## Task objective
With the first line below as the start and the line containing "v 0 384.175 -762" as the end, copy every line between them exactly, ends included.

(Saved data entries)
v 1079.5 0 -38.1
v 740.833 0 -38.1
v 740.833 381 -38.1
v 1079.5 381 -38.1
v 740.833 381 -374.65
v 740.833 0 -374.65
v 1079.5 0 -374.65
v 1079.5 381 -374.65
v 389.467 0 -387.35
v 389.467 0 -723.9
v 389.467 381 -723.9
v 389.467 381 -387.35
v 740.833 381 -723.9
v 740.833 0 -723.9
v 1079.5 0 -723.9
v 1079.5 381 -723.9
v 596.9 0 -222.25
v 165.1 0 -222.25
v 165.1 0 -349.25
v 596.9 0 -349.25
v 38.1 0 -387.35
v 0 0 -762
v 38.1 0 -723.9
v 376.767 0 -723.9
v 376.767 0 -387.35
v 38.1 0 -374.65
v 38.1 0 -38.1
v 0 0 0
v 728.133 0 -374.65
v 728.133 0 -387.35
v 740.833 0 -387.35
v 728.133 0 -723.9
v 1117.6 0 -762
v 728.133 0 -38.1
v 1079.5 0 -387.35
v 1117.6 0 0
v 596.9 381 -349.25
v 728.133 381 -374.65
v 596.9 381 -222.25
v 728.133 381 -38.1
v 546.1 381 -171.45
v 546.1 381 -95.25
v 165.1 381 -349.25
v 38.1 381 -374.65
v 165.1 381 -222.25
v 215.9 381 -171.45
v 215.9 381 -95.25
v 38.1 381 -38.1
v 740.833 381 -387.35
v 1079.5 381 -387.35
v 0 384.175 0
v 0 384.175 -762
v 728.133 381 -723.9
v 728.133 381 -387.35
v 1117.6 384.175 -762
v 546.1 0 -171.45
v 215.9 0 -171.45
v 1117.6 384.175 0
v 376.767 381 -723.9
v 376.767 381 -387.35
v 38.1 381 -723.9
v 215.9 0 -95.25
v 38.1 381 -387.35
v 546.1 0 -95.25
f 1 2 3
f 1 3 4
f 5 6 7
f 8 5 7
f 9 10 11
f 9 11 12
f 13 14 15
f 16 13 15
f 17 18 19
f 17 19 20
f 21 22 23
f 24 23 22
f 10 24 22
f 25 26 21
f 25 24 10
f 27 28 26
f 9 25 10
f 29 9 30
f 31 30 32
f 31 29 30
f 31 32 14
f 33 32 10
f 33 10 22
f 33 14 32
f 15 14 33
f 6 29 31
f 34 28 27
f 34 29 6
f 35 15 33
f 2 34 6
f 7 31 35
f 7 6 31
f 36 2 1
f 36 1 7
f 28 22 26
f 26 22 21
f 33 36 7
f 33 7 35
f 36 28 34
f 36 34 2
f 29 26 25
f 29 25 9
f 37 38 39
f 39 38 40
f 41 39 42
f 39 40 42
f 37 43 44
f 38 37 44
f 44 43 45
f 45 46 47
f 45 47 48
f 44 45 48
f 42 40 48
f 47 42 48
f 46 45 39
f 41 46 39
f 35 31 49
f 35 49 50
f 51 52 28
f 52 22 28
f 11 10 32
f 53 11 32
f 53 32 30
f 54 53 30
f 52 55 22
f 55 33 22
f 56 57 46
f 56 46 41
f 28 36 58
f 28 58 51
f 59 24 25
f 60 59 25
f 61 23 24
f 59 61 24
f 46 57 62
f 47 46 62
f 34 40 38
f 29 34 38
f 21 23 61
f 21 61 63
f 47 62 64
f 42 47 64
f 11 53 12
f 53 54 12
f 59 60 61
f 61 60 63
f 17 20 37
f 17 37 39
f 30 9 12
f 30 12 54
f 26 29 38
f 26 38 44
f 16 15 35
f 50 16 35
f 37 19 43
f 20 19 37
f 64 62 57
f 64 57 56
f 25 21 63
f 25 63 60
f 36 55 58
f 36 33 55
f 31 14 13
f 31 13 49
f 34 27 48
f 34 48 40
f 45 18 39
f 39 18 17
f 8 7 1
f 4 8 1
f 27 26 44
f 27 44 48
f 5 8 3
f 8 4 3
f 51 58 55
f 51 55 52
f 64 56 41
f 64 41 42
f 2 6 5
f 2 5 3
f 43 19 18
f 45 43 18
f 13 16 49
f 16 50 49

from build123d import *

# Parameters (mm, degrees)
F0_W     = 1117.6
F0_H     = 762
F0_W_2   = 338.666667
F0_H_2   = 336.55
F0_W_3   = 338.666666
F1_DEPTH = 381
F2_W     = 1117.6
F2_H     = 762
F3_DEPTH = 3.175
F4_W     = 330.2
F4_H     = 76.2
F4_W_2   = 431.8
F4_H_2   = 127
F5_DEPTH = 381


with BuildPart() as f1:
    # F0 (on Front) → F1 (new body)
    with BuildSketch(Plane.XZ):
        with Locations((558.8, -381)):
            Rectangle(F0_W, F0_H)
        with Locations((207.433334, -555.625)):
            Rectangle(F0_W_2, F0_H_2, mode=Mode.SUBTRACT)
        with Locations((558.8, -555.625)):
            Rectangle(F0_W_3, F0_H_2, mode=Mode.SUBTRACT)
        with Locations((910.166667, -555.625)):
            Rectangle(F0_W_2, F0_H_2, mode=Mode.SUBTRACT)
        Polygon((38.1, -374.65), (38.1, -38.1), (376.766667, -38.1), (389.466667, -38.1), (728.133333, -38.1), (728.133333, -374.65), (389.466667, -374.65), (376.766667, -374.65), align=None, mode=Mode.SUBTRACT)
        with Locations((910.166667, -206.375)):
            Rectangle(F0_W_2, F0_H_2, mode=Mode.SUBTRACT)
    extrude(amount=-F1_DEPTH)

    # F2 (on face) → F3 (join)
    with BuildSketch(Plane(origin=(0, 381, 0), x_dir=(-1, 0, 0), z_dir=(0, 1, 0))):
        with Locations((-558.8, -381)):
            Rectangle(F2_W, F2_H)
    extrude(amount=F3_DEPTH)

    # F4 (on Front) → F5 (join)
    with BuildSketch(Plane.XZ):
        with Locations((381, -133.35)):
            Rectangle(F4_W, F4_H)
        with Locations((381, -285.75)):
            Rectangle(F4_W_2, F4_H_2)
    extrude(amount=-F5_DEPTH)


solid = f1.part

## Answer to this exercise
v 1079.5 0 -38.1
v 740.833 0 -38.1
v 740.833 381 -38.1
v 1079.5 381 -38.1
v 740.833 381 -374.65
v 740.833 0 -374.65
v 1079.5 0 -374.65
v 1079.5 381 -374.65
v 389.467 0 -387.35
v 389.467 0 -723.9
v 389.467 381 -723.9
v 389.467 381 -387.35
v 740.833 381 -723.9
v 740.833 0 -723.9
v 1079.5 0 -723.9
v 1079.5 381 -723.9
v 596.9 0 -222.25
v 165.1 0 -222.25
v 165.1 0 -349.25
v 596.9 0 -349.25
v 38.1 0 -387.35
v 0 0 -762
v 38.1 0 -723.9
v 376.767 0 -723.9
v 376.767 0 -387.35
v 38.1 0 -374.65
v 38.1 0 -38.1
v 0 0 0
v 728.133 0 -374.65
v 728.133 0 -387.35
v 740.833 0 -387.35
v 728.133 0 -723.9
v 1117.6 0 -762
v 728.133 0 -38.1
v 1079.5 0 -387.35
v 1117.6 0 0
v 596.9 381 -349.25
v 728.133 381 -374.65
v 596.9 381 -222.25
v 728.133 381 -38.1
v 546.1 381 -171.45
v 546.1 381 -95.25
v 165.1 381 -349.25
v 38.1 381 -374.65
v 165.1 381 -222.25
v 215.9 381 -171.45
v 215.9 381 -95.25
v 38.1 381 -38.1
v 740.833 381 -387.35
v 1079.5 381 -387.35
v 0 384.175 0
v 0 384.175 -762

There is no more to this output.